The AA alias() API does not know whether the passed pointers are only going to be used in a read operations. You need to use getModRefInfo() if you want to determine whether an instruction may read/write a certain location – which will always return Ref for simple (non-atomic/volatile) loads.

The primary case where AA will return NoAlias for pointers that point to the same address is in the presence of noalias attributes. AA will report that p and q do not alias in that case, because this would be UB as long as one of the pointers is stored to.

This part of the docs is out of date (patches welcome! :slight_smile: ) . As @nikic mentioned AliasAnalysis nowadays works on MemoryLocations and does not know whether a pointer is used to read or write memory.

Some clients may not care about aliasing read accesses, but it’s up to the clients to skip such accesses.

@nikic @fhahn what i don’t understand is why i need to care about what happens outside of the function. the two pointers p and q are local to the function and don’t exist elsewhere.

@fhahn I would be happy to update the documentation, where do I submit patches?

I’m not sure what you mean here. -print-all-alias-modref-info will print alias info for all pairs of pointers in the function. This is for information/debugging only.

Great! Please see Contributing to LLVM — LLVM 15.0.0git documentation for more info.

What I mean is that p and q only exist in the function, so throughout the entire existence of those pointers they only get read (except when initialised of course).

Right, but they still can alias (if the same pointer is passed to p and q). You are asking opt print alias information between all pairs of pointers in the function. Whether the pointer gets read or written is irrelevant with respect to aliasing.

Yes, I know that the procedure f can be called with the same pointer twice, e.g.

int n = 17;
f(&n, &n);

but still the pointers are only read in the the body of f, so according to the documentation, which I know know is out of date, this should be counted as NoAlias.
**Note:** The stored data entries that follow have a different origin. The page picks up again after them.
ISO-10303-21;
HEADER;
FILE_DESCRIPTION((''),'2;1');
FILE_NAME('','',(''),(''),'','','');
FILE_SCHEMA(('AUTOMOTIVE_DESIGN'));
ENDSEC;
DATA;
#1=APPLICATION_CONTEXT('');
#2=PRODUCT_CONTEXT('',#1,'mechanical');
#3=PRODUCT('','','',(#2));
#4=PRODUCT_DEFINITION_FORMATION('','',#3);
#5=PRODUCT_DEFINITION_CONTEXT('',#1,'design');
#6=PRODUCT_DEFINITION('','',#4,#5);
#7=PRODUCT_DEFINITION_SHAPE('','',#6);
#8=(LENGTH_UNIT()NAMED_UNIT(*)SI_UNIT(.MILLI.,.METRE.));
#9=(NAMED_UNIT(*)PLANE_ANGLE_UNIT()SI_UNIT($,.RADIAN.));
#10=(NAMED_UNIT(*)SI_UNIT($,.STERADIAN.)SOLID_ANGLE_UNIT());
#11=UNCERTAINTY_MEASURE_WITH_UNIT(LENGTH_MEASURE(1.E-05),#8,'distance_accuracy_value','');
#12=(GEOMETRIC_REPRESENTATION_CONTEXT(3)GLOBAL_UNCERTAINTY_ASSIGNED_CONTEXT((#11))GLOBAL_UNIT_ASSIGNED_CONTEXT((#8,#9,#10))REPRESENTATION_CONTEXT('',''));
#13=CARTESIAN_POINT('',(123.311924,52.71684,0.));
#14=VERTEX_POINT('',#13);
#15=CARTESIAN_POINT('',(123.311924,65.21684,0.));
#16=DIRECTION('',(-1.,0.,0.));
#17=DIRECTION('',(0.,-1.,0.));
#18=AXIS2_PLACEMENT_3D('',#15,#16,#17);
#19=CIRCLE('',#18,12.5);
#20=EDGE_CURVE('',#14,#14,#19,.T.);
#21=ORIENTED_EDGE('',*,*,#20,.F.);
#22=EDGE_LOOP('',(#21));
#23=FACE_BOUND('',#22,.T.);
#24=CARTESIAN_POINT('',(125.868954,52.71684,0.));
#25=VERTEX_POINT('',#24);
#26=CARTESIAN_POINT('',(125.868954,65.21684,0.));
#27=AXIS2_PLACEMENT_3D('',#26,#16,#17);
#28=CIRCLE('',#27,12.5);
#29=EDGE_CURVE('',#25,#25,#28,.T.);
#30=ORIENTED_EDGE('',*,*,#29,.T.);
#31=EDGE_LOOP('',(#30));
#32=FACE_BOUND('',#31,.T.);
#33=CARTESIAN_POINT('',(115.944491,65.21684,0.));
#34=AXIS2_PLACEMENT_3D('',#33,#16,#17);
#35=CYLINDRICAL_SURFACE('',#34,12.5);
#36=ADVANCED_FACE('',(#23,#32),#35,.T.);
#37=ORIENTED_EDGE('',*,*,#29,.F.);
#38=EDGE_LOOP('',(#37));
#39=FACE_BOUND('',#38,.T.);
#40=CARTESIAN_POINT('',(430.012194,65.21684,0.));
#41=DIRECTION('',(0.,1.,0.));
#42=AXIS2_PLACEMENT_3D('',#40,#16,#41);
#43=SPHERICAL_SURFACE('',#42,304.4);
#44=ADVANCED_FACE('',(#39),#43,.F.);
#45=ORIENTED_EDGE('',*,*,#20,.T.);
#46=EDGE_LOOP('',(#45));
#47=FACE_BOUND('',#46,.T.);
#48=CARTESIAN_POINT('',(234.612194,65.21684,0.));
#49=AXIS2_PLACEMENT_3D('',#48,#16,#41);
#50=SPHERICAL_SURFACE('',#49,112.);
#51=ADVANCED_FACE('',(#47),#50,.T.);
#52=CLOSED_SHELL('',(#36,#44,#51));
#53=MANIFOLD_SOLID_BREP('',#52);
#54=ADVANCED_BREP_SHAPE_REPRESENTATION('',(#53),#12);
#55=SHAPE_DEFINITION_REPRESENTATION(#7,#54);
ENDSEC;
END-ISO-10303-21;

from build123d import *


with BuildPart() as part:
    # 草图1 → 旋转1 (revolve)
    with BuildSketch(Plane.XY):
        with BuildLine():
            Line((123.311924157, 77.716840471), (125.868954418, 77.716840471))
            ThreePointArc((125.868954418, 77.716840471), (125.676390648, 71.468158853), (125.612193698, 65.216840471))
            Line((125.612193698, 65.216840471), (122.612193698, 65.216840471))
            ThreePointArc((122.612193698, 65.216840471), (122.78726314, 71.476625266), (123.311924157, 77.716840471))
        make_face()
    revolve(axis=Axis((115.944491298, 65.216840471, 0), (1, 0, 0)))


solid = part.part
I’m basically trying to determine the exact meaning of NoAlias.

AA is allowed to return NoAlias for the pointers, but it is not required. MayAlias is always a valid conservative result. Compiler Explorer for an example where AA does return NoAlias.
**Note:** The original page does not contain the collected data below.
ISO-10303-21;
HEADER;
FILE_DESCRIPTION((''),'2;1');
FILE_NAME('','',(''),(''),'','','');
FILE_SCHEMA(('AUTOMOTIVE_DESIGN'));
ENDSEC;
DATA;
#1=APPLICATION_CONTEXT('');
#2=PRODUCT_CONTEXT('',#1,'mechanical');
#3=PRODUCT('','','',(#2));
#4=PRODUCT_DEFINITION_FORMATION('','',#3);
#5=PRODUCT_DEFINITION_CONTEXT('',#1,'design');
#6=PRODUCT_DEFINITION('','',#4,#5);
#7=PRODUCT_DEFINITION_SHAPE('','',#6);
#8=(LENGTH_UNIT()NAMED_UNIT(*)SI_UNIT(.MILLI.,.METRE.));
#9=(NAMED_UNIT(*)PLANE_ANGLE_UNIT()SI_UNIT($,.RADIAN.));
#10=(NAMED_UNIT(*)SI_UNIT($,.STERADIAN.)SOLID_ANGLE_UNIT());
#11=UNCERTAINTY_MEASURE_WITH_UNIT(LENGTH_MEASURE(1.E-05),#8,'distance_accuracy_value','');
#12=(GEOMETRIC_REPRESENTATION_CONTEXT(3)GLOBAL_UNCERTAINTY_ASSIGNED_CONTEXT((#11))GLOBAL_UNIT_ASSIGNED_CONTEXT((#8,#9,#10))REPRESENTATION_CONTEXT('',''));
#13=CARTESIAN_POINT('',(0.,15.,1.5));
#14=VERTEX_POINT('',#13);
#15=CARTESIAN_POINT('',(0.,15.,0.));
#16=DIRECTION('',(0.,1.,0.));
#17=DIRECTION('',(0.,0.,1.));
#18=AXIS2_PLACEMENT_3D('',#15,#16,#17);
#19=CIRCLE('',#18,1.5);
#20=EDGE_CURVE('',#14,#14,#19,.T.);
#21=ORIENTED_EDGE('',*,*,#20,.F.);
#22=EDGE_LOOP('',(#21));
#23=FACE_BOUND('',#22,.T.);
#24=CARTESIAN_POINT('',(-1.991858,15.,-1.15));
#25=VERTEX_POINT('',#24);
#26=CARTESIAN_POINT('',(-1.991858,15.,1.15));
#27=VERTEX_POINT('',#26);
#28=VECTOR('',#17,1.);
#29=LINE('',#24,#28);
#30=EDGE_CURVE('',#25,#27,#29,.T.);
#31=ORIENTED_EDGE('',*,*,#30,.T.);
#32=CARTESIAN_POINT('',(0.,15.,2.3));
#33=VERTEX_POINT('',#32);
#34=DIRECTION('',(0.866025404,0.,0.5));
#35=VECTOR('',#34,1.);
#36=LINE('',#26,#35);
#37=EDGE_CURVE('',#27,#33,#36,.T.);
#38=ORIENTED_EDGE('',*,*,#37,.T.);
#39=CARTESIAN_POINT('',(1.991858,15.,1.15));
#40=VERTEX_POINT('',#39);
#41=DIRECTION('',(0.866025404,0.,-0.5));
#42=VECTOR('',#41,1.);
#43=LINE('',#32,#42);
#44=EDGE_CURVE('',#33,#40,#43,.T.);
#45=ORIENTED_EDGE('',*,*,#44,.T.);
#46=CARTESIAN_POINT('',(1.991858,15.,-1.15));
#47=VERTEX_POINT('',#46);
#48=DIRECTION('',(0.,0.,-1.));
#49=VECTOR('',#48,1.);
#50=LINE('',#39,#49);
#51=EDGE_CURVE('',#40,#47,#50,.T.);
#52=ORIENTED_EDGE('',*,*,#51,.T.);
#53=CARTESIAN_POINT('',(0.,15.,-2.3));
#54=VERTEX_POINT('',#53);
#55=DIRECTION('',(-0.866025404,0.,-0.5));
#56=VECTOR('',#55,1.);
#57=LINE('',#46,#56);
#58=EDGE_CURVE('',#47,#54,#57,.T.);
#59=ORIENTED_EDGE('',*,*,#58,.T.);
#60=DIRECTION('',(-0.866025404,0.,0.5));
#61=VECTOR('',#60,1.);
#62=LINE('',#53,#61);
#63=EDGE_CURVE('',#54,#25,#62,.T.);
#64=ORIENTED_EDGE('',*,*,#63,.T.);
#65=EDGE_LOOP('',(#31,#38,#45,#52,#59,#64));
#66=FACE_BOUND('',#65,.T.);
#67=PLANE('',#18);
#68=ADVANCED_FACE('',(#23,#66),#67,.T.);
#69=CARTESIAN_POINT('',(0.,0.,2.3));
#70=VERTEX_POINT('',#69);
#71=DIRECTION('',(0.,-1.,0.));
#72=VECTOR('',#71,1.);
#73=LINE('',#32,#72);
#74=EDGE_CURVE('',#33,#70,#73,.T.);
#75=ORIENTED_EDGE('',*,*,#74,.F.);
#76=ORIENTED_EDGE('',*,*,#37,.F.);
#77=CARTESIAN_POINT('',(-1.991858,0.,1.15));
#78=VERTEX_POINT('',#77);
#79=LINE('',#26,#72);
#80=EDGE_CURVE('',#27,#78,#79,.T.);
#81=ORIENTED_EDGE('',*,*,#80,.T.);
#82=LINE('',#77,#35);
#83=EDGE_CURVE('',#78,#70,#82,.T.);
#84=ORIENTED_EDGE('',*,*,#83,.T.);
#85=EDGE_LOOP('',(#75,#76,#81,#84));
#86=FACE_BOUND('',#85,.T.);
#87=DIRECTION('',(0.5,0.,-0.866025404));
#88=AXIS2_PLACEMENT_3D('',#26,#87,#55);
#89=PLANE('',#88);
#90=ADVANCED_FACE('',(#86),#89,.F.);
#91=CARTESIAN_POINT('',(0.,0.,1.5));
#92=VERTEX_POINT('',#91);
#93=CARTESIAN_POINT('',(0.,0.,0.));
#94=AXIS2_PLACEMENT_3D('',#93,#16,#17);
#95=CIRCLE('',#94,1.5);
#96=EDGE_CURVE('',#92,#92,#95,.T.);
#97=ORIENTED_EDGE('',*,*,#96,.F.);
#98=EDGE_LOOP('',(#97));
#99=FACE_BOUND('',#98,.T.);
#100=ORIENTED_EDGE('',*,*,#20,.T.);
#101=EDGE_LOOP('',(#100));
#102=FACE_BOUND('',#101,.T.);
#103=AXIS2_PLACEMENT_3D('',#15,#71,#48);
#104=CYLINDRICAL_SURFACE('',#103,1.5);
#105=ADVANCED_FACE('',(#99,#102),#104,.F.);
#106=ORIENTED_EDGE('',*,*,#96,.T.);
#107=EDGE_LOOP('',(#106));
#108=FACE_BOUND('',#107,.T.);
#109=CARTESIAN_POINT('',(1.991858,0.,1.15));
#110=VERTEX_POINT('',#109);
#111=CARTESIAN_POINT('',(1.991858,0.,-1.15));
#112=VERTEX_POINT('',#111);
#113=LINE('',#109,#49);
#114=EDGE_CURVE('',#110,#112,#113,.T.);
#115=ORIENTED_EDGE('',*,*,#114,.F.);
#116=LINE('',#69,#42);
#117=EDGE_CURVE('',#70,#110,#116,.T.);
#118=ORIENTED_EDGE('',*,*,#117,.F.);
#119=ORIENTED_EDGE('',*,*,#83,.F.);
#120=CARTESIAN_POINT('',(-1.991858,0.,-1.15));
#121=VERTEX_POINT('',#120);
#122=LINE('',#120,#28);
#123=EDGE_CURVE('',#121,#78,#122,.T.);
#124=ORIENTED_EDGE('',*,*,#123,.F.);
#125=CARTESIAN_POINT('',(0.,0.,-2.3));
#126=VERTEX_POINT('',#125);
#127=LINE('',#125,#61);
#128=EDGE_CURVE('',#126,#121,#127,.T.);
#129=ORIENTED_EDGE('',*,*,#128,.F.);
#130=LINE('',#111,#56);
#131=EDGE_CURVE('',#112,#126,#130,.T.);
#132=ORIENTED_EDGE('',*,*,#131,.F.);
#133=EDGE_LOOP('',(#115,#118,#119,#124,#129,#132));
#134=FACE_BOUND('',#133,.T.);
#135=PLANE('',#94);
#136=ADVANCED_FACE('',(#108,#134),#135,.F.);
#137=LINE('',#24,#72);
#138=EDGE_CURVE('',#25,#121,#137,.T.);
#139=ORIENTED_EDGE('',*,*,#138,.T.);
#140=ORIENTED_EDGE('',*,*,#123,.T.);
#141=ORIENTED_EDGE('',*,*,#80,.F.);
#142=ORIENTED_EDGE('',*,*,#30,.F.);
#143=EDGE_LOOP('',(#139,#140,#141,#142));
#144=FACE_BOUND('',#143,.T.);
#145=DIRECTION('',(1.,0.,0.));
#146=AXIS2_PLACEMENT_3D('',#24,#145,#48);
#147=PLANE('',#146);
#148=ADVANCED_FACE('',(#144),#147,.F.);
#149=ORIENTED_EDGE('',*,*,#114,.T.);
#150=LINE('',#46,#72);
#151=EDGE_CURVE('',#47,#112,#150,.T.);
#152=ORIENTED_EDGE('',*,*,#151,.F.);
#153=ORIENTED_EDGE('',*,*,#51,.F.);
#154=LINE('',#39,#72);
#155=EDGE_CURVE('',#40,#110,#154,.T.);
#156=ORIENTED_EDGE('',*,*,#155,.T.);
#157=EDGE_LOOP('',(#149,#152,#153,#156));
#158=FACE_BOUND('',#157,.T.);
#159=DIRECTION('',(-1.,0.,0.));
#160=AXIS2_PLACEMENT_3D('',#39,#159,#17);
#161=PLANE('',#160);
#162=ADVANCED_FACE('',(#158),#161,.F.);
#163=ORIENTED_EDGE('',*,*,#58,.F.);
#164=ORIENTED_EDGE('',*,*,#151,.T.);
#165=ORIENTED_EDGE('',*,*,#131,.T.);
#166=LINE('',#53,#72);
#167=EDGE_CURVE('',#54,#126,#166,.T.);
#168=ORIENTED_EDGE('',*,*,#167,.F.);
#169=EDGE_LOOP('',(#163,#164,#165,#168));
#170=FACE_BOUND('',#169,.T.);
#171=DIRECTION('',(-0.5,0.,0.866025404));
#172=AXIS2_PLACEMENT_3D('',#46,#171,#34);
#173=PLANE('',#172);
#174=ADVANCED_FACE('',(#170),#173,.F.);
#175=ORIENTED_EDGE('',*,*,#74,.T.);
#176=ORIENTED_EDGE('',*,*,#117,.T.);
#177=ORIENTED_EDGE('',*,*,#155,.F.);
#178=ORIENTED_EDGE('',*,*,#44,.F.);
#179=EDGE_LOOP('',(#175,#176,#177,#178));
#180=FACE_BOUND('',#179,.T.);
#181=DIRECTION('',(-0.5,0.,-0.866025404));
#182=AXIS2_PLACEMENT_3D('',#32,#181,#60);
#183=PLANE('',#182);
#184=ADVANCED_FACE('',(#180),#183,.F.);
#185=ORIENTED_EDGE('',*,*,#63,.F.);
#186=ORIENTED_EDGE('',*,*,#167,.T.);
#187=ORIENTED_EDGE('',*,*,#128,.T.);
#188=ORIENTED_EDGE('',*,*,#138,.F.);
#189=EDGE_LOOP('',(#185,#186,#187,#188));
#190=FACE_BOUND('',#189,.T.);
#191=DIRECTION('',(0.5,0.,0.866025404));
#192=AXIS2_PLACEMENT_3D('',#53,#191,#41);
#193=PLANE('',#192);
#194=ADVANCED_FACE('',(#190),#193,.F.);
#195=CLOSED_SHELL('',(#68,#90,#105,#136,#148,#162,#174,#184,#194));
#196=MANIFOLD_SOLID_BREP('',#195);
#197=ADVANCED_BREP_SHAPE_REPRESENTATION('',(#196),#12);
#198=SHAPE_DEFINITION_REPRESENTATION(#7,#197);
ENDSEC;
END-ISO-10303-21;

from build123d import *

# Parameters (mm, degrees)
SKETCH_1_R      = 1.5
EXTRUDE_1_DEPTH = 15


with BuildPart() as part:
    # 草图1 → 凸台-拉伸1 (new body)
    with BuildSketch(Plane(origin=(0, 0, 0), x_dir=(1, 0, 0), z_dir=(0, 1, 0))):
        Polygon((1.991858429, 1.15), (0, 2.3), (-1.991858429, 1.15), (-1.991858429, -1.15), (0, -2.3), (1.991858429, -1.15), align=None)
        with Locations(Location((0, 0, 0), (0, 0, 270))):
            Circle(SKETCH_1_R, mode=Mode.SUBTRACT)
    extrude(amount=EXTRUDE_1_DEPTH)


solid = part.part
A sufficiently smart AA implementation could look at the function body and see that it only contains reads and then return NoAlias for all queries inside that function, but this would not be a useful thing to do.

OK, thank you. So the AA is just not ‘smart enough’ out of the box to return the precise result NoAlias, and errs on the side of caution with MayAlias.

Hi, so following from that AliasAnalysis doesn’t know if a pointer is used for reads or writes, does this mean the ModRef parts of the alias analysis documentation (LLVM Alias Analysis Infrastructure — LLVM 15.0.0git documentation) is outdated too? Are methods like getModRefInfo no longer provided?

The ::alias API specifically does only take MemoryLocations. the ::getModRefInfo API takes an instruction and a MemoryLocation. It will return the ModRef behavior of the instruction for the given MemoryLocation.